We are on a Zoom call, as Meesha is now based in Canada. It is early in the day for her, and her children are on their summer break. She tried to make sure they are occupied while she’s on this call, but her 11-year-old son comes looking for her. She mutes our chat while she fields his questions. Her face is bare, her hair pulled back, her blush pink sleeveless shirt giving a glimpse of the small M&M tattoo on her arm – a nod to her husband’s and her initials. When she speaks, her sentences are measured, with pauses as she reflects on what I’ve asked. I quickly learn not to interrupt.

Meesha, her husband, and their two children migrated to Canada in 2018 – a plan that had been in the works since 2016, but online, a narrative was spun that she “fled” the country after Zafar filed his case. In making the new album, Meesha has looked closer at the stories that were told about her. “It was so easy to villainise me,” she says.

She feels the suspicion and the disbelief that her allegations were met with came partly from an idea that the public had of her as a powerful, outspoken woman who had successfully carved a niche for herself as a solo performer in the music industry. She was known for her power anthems and pop-rock sound, and her playful style that melded desi fashion with biker jackets, tattoos and a signature red lip. “But this persona dehumanised me,” Meesha says. “My perceived strength was used to attack me.”

Many asked how “someone like her” would put herself in a position where she might be harassed. Why had she “allowed” the harassment to occur more than once?
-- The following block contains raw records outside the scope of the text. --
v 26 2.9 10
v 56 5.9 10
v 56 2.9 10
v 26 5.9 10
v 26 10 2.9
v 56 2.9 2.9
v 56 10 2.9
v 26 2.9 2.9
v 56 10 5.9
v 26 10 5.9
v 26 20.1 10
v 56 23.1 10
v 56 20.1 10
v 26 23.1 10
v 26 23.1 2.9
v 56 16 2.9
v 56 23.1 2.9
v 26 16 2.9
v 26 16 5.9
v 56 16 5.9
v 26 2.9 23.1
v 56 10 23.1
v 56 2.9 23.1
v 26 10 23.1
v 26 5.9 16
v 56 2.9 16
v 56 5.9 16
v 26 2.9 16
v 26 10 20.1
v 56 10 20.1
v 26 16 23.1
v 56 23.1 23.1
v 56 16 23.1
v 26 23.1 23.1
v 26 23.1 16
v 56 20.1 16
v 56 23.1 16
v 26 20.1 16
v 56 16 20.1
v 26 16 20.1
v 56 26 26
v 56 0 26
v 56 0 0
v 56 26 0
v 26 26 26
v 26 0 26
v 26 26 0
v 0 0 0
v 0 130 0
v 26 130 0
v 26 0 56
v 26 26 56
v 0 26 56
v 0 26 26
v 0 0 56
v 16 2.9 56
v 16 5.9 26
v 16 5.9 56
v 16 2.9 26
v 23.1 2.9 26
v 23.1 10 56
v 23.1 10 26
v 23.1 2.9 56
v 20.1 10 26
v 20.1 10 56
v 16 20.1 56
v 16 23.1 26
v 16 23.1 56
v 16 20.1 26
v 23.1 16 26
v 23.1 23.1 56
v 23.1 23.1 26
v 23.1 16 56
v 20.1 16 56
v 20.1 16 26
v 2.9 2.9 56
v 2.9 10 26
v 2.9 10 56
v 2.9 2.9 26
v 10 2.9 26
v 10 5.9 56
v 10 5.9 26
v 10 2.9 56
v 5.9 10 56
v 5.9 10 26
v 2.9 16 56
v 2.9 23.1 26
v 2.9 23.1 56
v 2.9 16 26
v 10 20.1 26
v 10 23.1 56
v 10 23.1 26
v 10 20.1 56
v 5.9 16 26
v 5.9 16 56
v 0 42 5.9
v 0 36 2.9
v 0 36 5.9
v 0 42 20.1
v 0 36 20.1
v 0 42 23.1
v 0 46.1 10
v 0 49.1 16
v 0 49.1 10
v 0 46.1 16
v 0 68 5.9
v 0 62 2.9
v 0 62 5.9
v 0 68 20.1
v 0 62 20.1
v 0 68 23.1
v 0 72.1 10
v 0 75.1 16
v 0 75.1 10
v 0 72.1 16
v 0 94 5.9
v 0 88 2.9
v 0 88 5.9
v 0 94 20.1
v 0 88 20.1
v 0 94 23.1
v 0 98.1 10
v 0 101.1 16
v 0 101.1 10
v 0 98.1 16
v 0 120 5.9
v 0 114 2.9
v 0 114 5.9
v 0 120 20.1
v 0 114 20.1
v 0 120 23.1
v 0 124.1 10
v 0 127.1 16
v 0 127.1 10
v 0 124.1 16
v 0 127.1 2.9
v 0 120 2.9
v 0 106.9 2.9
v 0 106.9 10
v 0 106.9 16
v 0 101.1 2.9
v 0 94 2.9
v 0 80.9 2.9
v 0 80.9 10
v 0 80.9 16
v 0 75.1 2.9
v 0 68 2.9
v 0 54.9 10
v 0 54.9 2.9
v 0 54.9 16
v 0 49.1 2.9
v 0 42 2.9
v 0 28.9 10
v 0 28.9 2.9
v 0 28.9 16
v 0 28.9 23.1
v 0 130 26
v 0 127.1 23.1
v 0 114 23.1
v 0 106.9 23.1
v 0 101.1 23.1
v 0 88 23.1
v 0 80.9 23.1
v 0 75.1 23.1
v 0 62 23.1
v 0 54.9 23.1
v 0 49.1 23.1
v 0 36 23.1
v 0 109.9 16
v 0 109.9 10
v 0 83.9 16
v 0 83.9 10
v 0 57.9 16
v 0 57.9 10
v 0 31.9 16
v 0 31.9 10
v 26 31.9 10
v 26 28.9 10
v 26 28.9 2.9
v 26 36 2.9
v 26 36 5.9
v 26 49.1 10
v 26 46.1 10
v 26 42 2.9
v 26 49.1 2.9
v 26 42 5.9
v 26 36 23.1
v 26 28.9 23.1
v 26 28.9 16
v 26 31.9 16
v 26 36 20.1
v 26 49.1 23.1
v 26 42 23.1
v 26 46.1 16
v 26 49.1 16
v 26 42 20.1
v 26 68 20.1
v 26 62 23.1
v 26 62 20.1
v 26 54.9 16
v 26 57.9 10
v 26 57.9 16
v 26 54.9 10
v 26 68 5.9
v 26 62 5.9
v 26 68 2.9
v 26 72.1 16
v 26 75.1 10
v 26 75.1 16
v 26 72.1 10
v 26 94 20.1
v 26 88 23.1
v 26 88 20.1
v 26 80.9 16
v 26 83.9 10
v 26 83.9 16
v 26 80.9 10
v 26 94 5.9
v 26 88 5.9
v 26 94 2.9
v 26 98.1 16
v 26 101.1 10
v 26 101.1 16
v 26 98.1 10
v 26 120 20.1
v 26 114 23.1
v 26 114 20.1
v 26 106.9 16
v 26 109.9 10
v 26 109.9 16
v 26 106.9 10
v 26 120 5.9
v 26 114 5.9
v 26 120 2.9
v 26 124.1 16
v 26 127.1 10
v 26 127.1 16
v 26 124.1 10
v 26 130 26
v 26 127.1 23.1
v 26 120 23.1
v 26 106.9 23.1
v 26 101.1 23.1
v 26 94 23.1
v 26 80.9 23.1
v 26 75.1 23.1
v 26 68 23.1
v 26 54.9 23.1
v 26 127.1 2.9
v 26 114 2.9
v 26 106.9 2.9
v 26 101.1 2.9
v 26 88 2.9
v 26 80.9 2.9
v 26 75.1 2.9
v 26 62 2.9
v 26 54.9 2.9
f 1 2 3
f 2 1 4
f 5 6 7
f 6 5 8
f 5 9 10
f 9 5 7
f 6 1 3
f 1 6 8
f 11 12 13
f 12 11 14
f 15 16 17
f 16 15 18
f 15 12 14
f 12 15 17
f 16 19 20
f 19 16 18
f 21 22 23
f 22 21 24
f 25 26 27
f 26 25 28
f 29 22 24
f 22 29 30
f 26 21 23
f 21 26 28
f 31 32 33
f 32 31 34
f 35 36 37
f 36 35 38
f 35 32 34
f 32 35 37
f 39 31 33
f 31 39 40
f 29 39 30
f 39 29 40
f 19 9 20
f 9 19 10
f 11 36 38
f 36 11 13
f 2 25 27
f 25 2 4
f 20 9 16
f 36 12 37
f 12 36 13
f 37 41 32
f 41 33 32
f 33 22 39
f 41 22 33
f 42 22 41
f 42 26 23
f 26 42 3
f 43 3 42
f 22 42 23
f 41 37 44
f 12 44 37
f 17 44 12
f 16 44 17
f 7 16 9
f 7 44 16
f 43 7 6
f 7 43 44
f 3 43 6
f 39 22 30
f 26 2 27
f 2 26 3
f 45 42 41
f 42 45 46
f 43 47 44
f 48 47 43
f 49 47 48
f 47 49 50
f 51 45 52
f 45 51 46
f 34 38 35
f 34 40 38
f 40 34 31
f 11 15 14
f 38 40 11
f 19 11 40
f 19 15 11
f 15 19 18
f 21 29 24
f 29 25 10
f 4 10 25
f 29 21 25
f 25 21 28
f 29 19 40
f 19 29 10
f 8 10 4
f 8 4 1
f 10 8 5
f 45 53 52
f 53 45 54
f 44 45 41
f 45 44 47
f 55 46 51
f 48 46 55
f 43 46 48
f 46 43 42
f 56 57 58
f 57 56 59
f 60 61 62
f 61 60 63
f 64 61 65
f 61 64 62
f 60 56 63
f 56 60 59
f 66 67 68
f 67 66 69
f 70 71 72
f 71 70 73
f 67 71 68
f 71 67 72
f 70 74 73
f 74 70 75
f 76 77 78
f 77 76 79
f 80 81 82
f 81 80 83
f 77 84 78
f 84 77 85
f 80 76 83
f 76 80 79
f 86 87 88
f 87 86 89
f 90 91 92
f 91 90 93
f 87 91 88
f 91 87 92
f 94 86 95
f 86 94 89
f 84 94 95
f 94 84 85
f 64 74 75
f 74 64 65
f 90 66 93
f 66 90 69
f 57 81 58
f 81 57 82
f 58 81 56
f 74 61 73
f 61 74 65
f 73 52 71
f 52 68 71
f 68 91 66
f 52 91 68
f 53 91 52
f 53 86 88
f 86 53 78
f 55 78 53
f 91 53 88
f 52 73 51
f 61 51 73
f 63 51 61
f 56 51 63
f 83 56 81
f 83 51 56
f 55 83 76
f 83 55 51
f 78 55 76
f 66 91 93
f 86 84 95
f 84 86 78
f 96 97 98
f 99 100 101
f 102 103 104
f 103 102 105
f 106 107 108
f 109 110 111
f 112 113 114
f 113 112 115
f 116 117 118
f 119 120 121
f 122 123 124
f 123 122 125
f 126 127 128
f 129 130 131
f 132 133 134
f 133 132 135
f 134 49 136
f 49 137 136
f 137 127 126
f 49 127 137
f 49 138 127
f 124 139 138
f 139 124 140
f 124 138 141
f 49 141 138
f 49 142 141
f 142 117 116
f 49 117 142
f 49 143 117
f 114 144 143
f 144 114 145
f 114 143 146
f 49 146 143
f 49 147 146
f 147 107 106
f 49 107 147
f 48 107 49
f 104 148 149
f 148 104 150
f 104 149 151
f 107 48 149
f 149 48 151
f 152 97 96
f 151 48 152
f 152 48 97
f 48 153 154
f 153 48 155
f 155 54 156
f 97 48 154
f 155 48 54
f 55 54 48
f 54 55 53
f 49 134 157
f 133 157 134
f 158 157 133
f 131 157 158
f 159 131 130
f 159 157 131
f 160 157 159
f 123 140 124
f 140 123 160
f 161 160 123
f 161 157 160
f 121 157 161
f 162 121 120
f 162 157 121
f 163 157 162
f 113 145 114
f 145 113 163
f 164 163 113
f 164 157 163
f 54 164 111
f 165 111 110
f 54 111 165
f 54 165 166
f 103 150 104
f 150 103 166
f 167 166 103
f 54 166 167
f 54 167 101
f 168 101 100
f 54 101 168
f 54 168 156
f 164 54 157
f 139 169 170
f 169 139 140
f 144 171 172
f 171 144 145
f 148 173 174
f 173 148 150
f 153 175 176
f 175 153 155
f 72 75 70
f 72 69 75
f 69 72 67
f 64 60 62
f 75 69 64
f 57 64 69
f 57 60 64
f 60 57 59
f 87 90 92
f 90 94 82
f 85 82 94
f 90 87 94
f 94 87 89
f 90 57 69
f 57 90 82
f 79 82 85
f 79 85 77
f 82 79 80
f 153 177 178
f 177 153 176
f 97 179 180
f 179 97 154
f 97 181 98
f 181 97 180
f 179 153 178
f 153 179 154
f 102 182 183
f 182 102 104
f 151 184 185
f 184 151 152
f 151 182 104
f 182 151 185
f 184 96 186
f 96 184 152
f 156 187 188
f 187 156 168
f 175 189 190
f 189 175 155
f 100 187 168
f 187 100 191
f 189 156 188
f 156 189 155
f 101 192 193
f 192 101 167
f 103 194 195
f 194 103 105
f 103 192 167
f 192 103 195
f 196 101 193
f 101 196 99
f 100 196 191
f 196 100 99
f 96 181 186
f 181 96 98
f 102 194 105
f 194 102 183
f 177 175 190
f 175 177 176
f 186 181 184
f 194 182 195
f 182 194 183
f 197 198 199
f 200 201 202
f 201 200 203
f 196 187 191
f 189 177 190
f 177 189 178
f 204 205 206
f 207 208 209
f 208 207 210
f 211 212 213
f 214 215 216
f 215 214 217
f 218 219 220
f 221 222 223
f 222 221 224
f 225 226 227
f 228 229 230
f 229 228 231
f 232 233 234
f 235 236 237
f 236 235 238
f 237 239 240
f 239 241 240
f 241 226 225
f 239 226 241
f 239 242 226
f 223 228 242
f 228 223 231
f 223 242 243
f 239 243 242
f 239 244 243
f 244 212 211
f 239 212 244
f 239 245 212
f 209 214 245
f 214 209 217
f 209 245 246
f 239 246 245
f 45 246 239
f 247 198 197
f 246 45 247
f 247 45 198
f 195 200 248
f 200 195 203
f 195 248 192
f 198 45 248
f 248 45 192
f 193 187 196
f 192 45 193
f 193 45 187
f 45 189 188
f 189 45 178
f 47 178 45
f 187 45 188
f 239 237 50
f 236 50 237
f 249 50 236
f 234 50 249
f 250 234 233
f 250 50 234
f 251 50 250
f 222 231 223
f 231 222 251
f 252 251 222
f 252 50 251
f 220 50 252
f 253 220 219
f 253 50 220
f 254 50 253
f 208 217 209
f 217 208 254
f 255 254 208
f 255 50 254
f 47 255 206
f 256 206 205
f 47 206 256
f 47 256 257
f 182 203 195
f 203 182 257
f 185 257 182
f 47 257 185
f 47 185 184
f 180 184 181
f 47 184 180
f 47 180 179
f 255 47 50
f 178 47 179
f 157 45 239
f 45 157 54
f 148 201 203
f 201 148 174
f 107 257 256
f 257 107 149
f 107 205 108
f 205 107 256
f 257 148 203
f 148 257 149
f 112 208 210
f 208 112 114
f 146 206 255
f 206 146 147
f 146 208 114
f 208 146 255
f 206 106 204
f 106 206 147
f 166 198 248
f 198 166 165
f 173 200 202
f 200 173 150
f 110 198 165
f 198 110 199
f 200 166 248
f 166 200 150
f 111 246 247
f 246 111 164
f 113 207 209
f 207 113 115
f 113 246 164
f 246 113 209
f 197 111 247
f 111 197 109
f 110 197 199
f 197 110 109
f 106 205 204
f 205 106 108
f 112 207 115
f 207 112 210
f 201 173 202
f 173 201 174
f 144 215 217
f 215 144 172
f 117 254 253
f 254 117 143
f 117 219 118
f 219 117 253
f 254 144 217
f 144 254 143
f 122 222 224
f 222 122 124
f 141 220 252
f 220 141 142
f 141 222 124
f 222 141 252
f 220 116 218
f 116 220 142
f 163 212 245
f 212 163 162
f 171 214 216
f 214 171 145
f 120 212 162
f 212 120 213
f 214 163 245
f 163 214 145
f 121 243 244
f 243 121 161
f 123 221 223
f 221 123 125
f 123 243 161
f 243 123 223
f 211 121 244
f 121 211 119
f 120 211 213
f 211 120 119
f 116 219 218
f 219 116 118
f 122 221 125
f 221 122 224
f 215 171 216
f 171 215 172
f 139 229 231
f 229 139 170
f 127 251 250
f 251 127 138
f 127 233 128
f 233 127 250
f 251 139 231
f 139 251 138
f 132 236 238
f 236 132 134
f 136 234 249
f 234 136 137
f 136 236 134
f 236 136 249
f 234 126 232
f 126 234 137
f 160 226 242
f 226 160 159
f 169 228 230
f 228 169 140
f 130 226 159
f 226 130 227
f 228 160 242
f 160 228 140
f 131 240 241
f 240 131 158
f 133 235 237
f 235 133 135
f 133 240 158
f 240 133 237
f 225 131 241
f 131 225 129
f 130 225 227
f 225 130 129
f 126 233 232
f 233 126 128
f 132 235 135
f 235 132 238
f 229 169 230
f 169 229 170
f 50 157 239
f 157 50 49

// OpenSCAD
// file: modules_coin_0_4.scad
/* [Tips] */
// Length of the tips
tipsL = 30.0;  // [1,2,3,4,5,6,7,8,9,30]
// Width of the tips
tipsW = 26.0;

/* [Profiles] */
// Width of the profiles
profilesW = 20.2;

/* [Blocs] */
// Length of the blocs
blocsL = 6;
// Width of the blocs
blocsW = 3;

/* [Hidden] */

// to avoid "z fighting" where surfaces line up exactly, add a bit of fudge
fudge = 0.1;

module void_profile(
    length,         // Length of the profile
    width = 20,     // Width of the profile
    blocL = 6,      // Lenght of the bloc
    blocW = 3,      // Width of the bloc
    fudge = 0.1)    // 
{
    step = (width - blocL)/2;
    
    // Bottom-left hole
    translate([-fudge,0,0])             
    cube([length+2*fudge,step,step]);

    // Bottom-rigth hole
    translate([-fudge,step+blocL,0])    
    cube([length+2*fudge,step,step]);

    // Top-left hole
    translate([-fudge,0,step+blocL])
    cube([length+2*fudge,step,step]);

    // Top-rigth hole
    translate([-fudge,step+blocL,step+blocL])
    cube([length+2*fudge,step,step]);

    // Middle hole
    translate([-fudge,blocW,blocW])
    cube([length+2*fudge,width-2*blocW,width-2*blocW]);
}

module tip_profile(
    tipL,           // Length of the tip
    tipW,           // Width of the tip
    profileW,       // Width of the profile
    blocL,          // Length of the bloc
    blocW,          // Width of the bloc
    fudge=0.1)        // 
{
    difference()
    {
        // The tip
        color("blue")
        cube([tipL, tipW, tipW]);
        
        color("red")
        translate([0, (tipW-profileW)/2, (tipW-profileW)/2])
        void_profile(tipL+fudge, profileW, blocL, blocW, fudge);
    }
}

union()
{
    //color("green")
    //cube(tipsW);

    //translate([tipsW, 0, 0])
    tip_profile(tipsL, tipsW, profilesW, blocsL, blocsW, fudge);
}
// main file
use <modules_coin_0_4.scad>

/* [Corner] */
// Number of arcs passing throught
nbArc = 4;

/* [Tips] */
// Length of the tips
tipsL = 30.0;  // [1,2,3,4,5,6,7,8,9,30]
// Width of the tips
tipsW = 26.0;

/* [Profiles] */
// Width of the profiles
profilesW = 20.2;

/* [Blocs] */
// Length of the blocs
blocsL = 6;
// Width of the blocs
blocsW = 3;

/* [Hidden] */

// to avoid "z fighting" where surfaces line up exactly, add a bit of fudge
fudge = 0.1;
Meesha’s home address in Lahore – where she and her husband lived with their children, then seven and four – was shared on television during the media frenzy that followed her accusation. As the online attacks against her grew, Meesha deactivated her social media accounts. The trolling was almost enough to drown out the voices of other women who tweeted similar allegations (and who subsequently withdrew their claims or were also sued for defamation by Zafar). Zafar claimed the social media accounts were fake or linked to Meesha. “They are trying to make me out to be Pakistan’s Harvey Weinstein,” he said in a television interview.

When actress Iffat Omar appeared in court as a character witness for Meesha, she was trailed by a crowd of Zafar’s fans chanting, “We support Ali Zafar” and “Stop lying”.

The case became a litmus test in Pakistan for how we understand consent and what constitutes “inappropriate” behaviour or sexual harassment. Because Meesha’s original tweet did not spell out the nature of the alleged harassment, a guessing game ensued, with social media users debating what might have happened. Meesha recalled that when she returned to shoots after her tweet, some people on set joked that they didn’t know if it was OK to even shake her hand.

When I spoke with Hasham Ahmad, one of Zafar’s lawyers, in 2021, his comments echoed the sentiments online and in the media. There was a limited understanding about how assault or harassment is experienced, and why many are unable to speak about it. “If you don’t react to something, how would someone know if you’re allowing it or not?” he asked. If a woman does not consent to something – especially in a situation involving a friend – Ahmad explained, “You just have to say [to the perpetrator], ‘You went a little overboard, so you better behave.’ That’s it.”

Many were suspicious of Meesha’s motivations, implying she had something to gain. “You better have something [to back up your accusations], not only your greed,” one prominent TV anchor said on his show, referring to Meesha. One news channel ran a segment where actors and singers weighed in on the case. They debated who the “guilty” party might be.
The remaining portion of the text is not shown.